In addition to this, it will need to store the current "size" and "capacity". Size is how many elements are actually in the vector. Capacity is how many could be in the vector.
So as a starting point a vector will need to look somewhat like this:
template <class T, class A = std::allocator<T> >
class vector {
public:
// public member functions
private:
T* data_;
typename A::size_type capacity_;
typename A::size_type size_;
A allocator_;
};
The other common implementation is to store pointers to the different parts of the array. This cheapens the cost of end() (which no longer needs an addition) ever so slightly at the expense of a marginally more expensive size() call (which now needs a subtraction). In which case it could look like this:
template <class T, class A = std::allocator<T> >
class vector {
public:
// public member functions
private:
T* data_; // points to first element
T* end_capacity_; // points to one past internal storage
T* end_; // points to one past last element
A allocator_;
};
I believe gcc's libstdc++ uses the latter approach, but both approaches are equally valid and conforming.
NOTE: This is ignoring a common optimization where the empty base class optimization is used for the allocator. I think that is a quality of implementation detail, and not a matter of correctness.

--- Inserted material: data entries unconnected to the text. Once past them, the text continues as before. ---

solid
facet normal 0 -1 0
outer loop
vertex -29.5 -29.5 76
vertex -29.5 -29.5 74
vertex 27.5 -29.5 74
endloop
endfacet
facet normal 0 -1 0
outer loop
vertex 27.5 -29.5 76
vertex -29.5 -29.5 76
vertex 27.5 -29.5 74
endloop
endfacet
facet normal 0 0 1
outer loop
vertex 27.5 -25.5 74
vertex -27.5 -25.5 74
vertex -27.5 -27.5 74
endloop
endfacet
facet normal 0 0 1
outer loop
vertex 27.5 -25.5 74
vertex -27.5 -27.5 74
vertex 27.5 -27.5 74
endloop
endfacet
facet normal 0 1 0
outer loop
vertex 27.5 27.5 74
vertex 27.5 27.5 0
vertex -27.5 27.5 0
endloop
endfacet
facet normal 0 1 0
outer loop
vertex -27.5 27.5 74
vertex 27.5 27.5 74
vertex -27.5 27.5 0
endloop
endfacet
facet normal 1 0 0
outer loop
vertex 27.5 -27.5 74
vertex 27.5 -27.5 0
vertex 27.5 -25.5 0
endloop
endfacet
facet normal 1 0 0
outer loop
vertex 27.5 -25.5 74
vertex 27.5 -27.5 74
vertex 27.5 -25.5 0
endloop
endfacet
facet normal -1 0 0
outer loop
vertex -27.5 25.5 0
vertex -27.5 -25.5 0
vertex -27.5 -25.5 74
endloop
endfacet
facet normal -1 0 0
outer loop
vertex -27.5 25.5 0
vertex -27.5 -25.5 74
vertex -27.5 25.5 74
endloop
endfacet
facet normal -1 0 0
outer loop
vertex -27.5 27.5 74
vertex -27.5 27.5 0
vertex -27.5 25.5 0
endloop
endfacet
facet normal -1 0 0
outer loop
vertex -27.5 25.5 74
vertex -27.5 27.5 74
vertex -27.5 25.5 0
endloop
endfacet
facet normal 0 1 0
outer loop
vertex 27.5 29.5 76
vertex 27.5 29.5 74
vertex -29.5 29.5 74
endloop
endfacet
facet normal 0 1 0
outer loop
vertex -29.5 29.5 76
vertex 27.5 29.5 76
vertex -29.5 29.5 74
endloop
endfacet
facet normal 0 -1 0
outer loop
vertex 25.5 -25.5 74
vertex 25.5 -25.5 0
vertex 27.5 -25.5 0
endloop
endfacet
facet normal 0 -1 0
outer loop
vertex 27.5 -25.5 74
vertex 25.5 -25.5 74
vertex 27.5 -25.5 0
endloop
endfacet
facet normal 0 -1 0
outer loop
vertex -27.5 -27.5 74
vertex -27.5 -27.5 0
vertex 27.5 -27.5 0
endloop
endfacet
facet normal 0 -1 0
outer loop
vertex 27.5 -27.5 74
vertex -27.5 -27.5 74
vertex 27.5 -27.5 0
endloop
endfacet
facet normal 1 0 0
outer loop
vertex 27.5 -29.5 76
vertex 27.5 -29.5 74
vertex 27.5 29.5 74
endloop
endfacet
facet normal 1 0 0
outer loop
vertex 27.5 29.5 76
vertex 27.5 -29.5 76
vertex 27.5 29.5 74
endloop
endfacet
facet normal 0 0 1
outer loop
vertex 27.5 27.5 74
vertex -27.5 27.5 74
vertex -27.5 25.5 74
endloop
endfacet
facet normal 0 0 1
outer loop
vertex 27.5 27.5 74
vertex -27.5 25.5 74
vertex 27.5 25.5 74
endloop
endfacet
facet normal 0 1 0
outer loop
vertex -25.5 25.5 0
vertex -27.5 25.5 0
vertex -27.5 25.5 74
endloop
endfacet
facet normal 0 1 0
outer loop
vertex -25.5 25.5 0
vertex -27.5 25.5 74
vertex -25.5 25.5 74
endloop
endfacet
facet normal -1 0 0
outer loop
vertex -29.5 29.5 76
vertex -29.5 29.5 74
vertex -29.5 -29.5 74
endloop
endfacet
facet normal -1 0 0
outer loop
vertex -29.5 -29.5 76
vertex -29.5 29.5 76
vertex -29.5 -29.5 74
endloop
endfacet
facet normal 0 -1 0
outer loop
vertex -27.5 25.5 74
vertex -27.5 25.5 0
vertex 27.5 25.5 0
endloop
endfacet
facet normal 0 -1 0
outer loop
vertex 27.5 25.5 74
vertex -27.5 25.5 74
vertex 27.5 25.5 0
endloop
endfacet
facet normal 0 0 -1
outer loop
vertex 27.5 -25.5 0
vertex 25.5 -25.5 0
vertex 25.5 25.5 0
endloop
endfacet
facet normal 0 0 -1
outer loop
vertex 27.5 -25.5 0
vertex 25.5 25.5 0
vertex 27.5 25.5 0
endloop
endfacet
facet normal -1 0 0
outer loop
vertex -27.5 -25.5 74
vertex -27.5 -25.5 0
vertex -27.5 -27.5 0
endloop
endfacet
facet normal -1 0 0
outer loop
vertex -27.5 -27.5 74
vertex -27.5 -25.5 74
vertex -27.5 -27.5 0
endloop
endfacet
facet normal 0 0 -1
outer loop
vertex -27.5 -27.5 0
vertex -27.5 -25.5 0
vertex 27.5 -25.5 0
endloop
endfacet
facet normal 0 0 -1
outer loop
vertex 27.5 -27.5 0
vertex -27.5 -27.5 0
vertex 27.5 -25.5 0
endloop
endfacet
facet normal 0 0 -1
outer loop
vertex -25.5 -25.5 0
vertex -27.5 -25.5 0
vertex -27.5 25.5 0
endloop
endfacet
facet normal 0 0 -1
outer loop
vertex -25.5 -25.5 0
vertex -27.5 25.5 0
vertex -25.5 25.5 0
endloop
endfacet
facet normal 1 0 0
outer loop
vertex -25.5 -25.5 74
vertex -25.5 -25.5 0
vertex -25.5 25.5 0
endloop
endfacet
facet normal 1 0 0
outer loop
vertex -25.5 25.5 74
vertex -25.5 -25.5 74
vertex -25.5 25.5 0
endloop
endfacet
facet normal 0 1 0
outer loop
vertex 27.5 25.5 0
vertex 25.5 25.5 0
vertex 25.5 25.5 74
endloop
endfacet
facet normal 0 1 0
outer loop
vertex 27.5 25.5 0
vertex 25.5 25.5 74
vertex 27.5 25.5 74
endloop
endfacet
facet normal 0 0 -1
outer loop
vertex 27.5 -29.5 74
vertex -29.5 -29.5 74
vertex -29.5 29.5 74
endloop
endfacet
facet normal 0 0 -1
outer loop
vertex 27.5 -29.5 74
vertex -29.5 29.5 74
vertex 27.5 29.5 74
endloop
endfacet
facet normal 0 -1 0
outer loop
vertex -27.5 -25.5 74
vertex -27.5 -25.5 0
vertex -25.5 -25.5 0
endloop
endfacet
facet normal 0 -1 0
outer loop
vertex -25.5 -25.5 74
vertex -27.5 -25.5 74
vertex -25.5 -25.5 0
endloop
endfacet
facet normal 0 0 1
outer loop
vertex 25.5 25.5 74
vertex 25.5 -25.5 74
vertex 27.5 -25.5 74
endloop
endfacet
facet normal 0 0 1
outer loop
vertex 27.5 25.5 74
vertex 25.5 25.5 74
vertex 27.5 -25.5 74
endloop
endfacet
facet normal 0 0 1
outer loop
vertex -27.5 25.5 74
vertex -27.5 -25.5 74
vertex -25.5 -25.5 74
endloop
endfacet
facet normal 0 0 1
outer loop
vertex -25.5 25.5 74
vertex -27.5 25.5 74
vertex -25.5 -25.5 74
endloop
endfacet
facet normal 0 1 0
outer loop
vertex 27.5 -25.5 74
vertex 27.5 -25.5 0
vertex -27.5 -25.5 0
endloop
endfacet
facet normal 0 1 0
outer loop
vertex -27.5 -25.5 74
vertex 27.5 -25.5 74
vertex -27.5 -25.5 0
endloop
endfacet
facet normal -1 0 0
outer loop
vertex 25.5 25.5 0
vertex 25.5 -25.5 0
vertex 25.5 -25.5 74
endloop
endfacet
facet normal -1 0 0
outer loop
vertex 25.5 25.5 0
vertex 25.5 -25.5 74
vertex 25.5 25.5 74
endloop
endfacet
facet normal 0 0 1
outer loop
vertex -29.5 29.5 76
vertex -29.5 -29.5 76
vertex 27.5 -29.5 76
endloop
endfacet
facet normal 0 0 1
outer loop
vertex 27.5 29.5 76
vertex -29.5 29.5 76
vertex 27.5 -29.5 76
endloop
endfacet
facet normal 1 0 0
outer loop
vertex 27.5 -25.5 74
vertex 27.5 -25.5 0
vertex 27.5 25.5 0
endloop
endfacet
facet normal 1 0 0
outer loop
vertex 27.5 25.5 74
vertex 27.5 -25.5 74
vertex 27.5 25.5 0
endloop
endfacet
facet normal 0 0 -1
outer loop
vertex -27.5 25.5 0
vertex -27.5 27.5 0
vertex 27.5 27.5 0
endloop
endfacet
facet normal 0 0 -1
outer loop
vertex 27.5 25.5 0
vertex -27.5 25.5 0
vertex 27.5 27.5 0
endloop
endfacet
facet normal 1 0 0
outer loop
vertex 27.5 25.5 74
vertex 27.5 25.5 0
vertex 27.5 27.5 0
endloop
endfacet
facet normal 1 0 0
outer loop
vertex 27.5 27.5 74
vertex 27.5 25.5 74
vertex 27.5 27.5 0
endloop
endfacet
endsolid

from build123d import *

# Parameters (mm, degrees)
F1_DEPTH = 74
F0_W     = 2
F0_H     = 51
F2_DEPTH = 74
F3_DEPTH = 74
F4_DEPTH = 74
F7_DEPTH = 2


with BuildPart() as f1:
    # F0 (on Top) → F1 (new body)
    with BuildSketch(Plane.XY):
        Polygon((27.5, 27.5), (-27.5, 27.5), (-27.5, 25.5), (-25.5, 25.5), (25.5, 25.5), (27.5, 25.5), align=None)
    extrude(amount=F1_DEPTH)


with BuildPart() as f2:
    # F0 (on Top) → F2 (new body)
    with BuildSketch(Plane.XY):
        with Locations((-26.5, 0)):
            Rectangle(F0_W, F0_H)
    extrude(amount=F2_DEPTH)


with BuildPart() as f3:
    # F0 (on Top) → F3 (new body)
    with BuildSketch(Plane.XY):
        Polygon((-25.5, -25.5), (-27.5, -25.5), (-27.5, -27.5), (27.5, -27.5), (27.5, -25.5), (25.5, -25.5), align=None)
    extrude(amount=F3_DEPTH)


with BuildPart() as f4:
    # F0 (on Top) → F4 (new body)
    with BuildSketch(Plane.XY):
        with Locations((26.5, 0)):
            Rectangle(F0_W, F0_H)
    extrude(amount=F4_DEPTH)


with BuildPart() as f7:
    # F6 (on offset) → F7 (new body)
    with BuildSketch(Plane.XY.offset(74)):
        Polygon((27.5, -27.5), (27.5, 27.5), (27.5, 29.5), (-29.5, 29.5), (-29.5, -29.5), (27.5, -29.5), align=None)
    extrude(amount=F7_DEPTH)


solid = Compound([f1.part, f2.part, f3.part, f4.part, f7.part])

Resizing the vector requires allocating a new chunk of space, and copying the existing data to the new space (thus, the requirement that items placed into a vector can be copied).
Note that it does not use new [] either -- it uses the allocator that's passed, but that's required to allocate raw memory, not an array of objects like new [] does. You then need to use placement new to construct objects in place. [Edit: well, you could technically use new char[size], and use that as raw memory, but I can't quite imagine anybody writing an allocator like that.]
When the current allocation is exhausted and a new block of memory needs to be allocated, the size must be increased by a constant factor compared to the old size to meet the requirement for amortized constant complexity for push_back. Though many web sites (and such) call this doubling the size, a factor around 1.5 to 1.6 usually works better. In particular, this generally improves chances of re-using freed blocks for future allocations.

From Wikipedia, as good an answer as any.
A typical vector implementation consists, internally, of a pointer to
a dynamically allocated array,[2] and possibly data members holding
the capacity and size of the vector. The size of the vector refers to
the actual number of elements, while the capacity refers to the size
of the internal array. When new elements are inserted, if the new size
of the vector becomes larger than its capacity, reallocation
occurs.[2][4] This typically causes the vector to allocate a new
region of storage, move the previously held elements to the new region
of storage, and free the old region. Because the addresses of the
elements change during this process, any references or iterators to
elements in the vector become invalidated.[5] Using an invalidated
reference causes undefined behaviour

Like this:
https://github.com/gcc-mirror/gcc/blob/master/libstdc%2B%2B-v3/include/bits/stl_vector.h
(official gcc mirror on github)

///Implement Vector class
class MyVector {
int *int_arr;
int capacity;
int current;
public:
MyVector() {
int_arr = new int[1];
capacity = 1;
current = 0;
}
void Push(int nData);
void PushData(int nData, int index);
void PopData();
int GetData(int index);
int GetSize();
void Print();
};
void MyVector::Push(int data)
{
if (current == capacity){
int *temp = new int[2 * capacity];
for (int i = 0; i < capacity; i++)
{
temp[i] = int_arr[i];
}
delete[] int_arr;
capacity *= 2;
int_arr = temp;
}
int_arr[current] = data;
current++;
}
void MyVector::PushData(int data, int index)
{
if (index == capacity){
Push(index);
}
else
int_arr[index] = data;
}
void MyVector::PopData(){
current--;
}
int MyVector::GetData(int index)
{
if (index < current){
return int_arr[index];
}
}
int MyVector::GetSize()
{
return current;
}
void MyVector::Print()
{
for (int i = 0; i < current; i++) {
cout << int_arr[i] << " ";
}
cout << endl;
}
int main()
{
MyVector vect;
vect.Push(10);
vect.Push(20);
vect.Push(30);
vect.Push(40);
vect.Print();
std::cout << "\nTop item is "
<< vect.GetData(3) << std::endl;
vect.PopData();
vect.Print();
cout << "\nTop item is "
<< vect.GetData(1) << endl;
return 0;
}

It allocates a new array and copies everything over. So, expanding it is quite inefficient if you have to do it often. Use reserve() if you have to use push_back().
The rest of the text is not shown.